▶ _What to work on_:
Say how many lines in the entries contain "BendReliefWidth", giving only the number.

━━━━━ Entries provided

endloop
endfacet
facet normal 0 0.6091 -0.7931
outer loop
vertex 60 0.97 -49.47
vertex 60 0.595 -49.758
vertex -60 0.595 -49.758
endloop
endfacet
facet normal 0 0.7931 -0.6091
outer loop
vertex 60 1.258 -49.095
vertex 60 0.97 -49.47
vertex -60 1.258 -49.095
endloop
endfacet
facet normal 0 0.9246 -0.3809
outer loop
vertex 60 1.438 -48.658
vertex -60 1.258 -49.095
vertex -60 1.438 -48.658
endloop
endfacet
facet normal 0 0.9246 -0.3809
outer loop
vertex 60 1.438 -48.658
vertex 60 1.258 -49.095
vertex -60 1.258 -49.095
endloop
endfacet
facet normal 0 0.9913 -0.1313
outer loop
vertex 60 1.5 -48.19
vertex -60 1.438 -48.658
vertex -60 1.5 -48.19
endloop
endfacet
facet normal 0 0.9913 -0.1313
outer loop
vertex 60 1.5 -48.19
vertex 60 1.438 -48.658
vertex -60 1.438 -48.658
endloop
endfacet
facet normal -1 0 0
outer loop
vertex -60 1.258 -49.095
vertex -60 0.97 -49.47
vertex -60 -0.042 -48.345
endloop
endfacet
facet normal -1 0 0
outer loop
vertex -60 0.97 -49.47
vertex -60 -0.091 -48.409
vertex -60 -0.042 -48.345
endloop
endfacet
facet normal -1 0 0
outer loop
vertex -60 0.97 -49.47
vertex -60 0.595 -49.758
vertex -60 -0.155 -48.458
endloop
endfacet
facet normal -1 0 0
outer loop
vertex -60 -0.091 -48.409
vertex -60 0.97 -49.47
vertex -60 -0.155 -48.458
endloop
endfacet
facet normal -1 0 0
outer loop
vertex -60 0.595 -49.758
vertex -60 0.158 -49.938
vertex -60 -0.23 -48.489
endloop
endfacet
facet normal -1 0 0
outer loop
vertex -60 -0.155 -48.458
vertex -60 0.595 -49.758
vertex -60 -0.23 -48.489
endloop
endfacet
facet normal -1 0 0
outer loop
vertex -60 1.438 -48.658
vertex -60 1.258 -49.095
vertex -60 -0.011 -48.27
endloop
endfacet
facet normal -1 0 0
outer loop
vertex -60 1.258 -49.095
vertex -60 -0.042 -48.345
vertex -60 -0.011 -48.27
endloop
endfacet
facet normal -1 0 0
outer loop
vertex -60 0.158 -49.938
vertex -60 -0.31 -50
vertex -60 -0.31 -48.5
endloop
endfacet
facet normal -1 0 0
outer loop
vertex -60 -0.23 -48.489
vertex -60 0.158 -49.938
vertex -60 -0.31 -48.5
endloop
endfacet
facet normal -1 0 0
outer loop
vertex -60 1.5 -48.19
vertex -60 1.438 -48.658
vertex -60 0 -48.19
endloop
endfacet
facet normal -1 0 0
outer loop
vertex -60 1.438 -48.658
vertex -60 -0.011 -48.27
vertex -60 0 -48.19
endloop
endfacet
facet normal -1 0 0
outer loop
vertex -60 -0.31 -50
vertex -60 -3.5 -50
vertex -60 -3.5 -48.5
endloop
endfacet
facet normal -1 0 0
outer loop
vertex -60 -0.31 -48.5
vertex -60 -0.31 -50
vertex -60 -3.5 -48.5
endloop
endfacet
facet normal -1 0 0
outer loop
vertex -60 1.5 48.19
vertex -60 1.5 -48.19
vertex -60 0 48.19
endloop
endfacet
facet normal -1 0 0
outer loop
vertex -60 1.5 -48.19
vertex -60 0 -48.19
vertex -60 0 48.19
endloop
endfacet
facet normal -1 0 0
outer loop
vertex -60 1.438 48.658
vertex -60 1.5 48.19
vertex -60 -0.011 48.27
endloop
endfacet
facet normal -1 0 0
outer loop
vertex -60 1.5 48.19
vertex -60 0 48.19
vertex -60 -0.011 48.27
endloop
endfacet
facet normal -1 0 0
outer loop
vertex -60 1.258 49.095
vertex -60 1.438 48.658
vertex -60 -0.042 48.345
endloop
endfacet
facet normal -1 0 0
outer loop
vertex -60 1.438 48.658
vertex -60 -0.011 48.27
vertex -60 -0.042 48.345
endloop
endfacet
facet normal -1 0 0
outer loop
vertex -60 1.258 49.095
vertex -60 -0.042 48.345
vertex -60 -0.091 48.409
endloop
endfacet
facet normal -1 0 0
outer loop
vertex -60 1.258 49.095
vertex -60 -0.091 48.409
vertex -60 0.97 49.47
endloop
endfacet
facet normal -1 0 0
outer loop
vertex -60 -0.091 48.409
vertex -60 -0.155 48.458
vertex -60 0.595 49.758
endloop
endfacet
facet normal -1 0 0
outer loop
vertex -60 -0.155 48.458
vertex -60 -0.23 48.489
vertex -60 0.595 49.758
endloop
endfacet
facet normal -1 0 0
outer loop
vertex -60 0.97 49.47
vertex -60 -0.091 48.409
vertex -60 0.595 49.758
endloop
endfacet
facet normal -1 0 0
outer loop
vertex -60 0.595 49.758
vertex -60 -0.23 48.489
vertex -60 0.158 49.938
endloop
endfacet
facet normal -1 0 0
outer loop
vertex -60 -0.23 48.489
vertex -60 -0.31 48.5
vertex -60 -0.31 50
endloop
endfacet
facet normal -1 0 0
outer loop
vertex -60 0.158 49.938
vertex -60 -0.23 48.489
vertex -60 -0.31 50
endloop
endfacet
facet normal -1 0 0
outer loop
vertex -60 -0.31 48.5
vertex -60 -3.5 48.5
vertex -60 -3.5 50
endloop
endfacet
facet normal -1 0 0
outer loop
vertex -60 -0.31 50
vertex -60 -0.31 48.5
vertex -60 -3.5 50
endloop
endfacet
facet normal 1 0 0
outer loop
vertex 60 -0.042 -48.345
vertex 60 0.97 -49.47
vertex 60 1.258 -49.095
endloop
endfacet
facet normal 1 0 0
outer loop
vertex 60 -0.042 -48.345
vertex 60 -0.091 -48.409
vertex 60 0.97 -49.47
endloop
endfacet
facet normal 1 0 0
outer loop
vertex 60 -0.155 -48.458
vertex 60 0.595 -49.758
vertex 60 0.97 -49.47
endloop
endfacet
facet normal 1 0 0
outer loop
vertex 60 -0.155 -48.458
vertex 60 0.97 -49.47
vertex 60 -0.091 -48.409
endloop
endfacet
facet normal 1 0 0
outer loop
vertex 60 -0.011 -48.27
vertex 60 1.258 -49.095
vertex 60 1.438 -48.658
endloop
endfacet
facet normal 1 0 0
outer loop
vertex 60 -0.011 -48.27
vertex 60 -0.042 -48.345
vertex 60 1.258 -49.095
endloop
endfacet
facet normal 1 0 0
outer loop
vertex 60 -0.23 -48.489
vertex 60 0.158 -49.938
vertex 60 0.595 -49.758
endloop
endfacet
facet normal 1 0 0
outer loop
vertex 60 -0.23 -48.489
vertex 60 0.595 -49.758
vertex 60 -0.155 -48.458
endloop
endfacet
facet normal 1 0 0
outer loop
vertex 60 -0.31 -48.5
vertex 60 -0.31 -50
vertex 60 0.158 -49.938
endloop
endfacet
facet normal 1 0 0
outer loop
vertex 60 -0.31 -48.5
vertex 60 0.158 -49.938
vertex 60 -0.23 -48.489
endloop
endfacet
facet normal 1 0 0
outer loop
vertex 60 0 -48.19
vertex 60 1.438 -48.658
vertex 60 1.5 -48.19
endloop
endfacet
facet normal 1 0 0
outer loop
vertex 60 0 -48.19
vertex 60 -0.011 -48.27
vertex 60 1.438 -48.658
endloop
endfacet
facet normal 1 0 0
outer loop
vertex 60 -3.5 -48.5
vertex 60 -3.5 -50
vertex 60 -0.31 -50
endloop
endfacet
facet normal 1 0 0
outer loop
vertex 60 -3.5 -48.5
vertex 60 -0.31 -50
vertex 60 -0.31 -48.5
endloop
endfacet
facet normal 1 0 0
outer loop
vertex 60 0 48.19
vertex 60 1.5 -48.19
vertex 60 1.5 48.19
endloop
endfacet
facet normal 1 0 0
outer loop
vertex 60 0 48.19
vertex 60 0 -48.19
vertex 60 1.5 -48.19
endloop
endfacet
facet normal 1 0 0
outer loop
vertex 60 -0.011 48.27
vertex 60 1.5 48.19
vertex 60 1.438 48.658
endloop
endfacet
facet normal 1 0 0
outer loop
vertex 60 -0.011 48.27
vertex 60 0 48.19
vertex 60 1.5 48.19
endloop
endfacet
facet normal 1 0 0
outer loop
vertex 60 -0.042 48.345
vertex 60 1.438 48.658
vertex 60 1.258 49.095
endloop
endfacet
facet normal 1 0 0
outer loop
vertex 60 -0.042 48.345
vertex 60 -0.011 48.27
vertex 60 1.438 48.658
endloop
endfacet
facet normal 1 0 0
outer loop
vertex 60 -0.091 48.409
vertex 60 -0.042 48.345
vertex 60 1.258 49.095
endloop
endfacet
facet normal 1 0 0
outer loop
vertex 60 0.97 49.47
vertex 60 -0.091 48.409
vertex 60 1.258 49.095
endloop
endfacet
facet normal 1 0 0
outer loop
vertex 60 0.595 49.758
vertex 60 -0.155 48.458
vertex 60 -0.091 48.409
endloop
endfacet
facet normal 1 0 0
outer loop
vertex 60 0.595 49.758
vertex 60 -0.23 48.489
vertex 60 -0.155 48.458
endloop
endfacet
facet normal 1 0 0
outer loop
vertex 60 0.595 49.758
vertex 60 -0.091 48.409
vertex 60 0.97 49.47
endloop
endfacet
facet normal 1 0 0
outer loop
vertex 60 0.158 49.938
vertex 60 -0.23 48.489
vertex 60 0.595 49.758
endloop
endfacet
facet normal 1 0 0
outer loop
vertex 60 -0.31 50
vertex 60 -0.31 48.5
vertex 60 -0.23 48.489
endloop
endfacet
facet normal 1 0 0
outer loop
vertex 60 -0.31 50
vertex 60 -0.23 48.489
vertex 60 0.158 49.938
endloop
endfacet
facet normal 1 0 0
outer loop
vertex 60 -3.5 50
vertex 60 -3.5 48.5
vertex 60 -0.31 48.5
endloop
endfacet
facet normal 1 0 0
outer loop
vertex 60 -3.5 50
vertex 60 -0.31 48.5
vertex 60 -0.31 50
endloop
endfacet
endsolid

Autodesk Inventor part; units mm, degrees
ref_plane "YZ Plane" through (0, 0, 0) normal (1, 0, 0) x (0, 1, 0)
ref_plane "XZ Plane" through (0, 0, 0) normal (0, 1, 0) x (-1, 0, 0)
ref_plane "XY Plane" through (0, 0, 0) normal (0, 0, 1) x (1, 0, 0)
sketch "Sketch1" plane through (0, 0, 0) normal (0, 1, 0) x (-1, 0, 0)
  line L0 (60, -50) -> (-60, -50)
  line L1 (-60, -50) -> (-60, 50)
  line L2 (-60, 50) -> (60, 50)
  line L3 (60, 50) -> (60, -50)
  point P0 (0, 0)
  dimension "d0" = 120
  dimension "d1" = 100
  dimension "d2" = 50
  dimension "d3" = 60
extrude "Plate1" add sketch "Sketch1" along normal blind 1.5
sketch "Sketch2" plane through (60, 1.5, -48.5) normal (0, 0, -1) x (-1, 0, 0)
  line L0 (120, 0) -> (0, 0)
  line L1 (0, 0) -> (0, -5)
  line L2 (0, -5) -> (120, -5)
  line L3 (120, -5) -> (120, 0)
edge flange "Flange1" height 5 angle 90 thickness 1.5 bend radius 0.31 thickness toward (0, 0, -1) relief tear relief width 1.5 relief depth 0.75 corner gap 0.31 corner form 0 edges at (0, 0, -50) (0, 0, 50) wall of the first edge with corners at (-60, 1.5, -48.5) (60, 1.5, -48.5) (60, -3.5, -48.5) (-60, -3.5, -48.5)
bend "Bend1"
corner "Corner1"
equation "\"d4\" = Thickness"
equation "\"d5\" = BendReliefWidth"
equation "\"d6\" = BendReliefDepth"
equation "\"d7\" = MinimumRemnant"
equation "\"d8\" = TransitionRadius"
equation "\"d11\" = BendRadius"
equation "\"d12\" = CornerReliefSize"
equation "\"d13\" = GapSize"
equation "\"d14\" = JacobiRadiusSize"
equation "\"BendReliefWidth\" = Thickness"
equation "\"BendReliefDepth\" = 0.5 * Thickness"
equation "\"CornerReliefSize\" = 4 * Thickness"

━━━━━━━━━━

▶ _Result of the task_:
2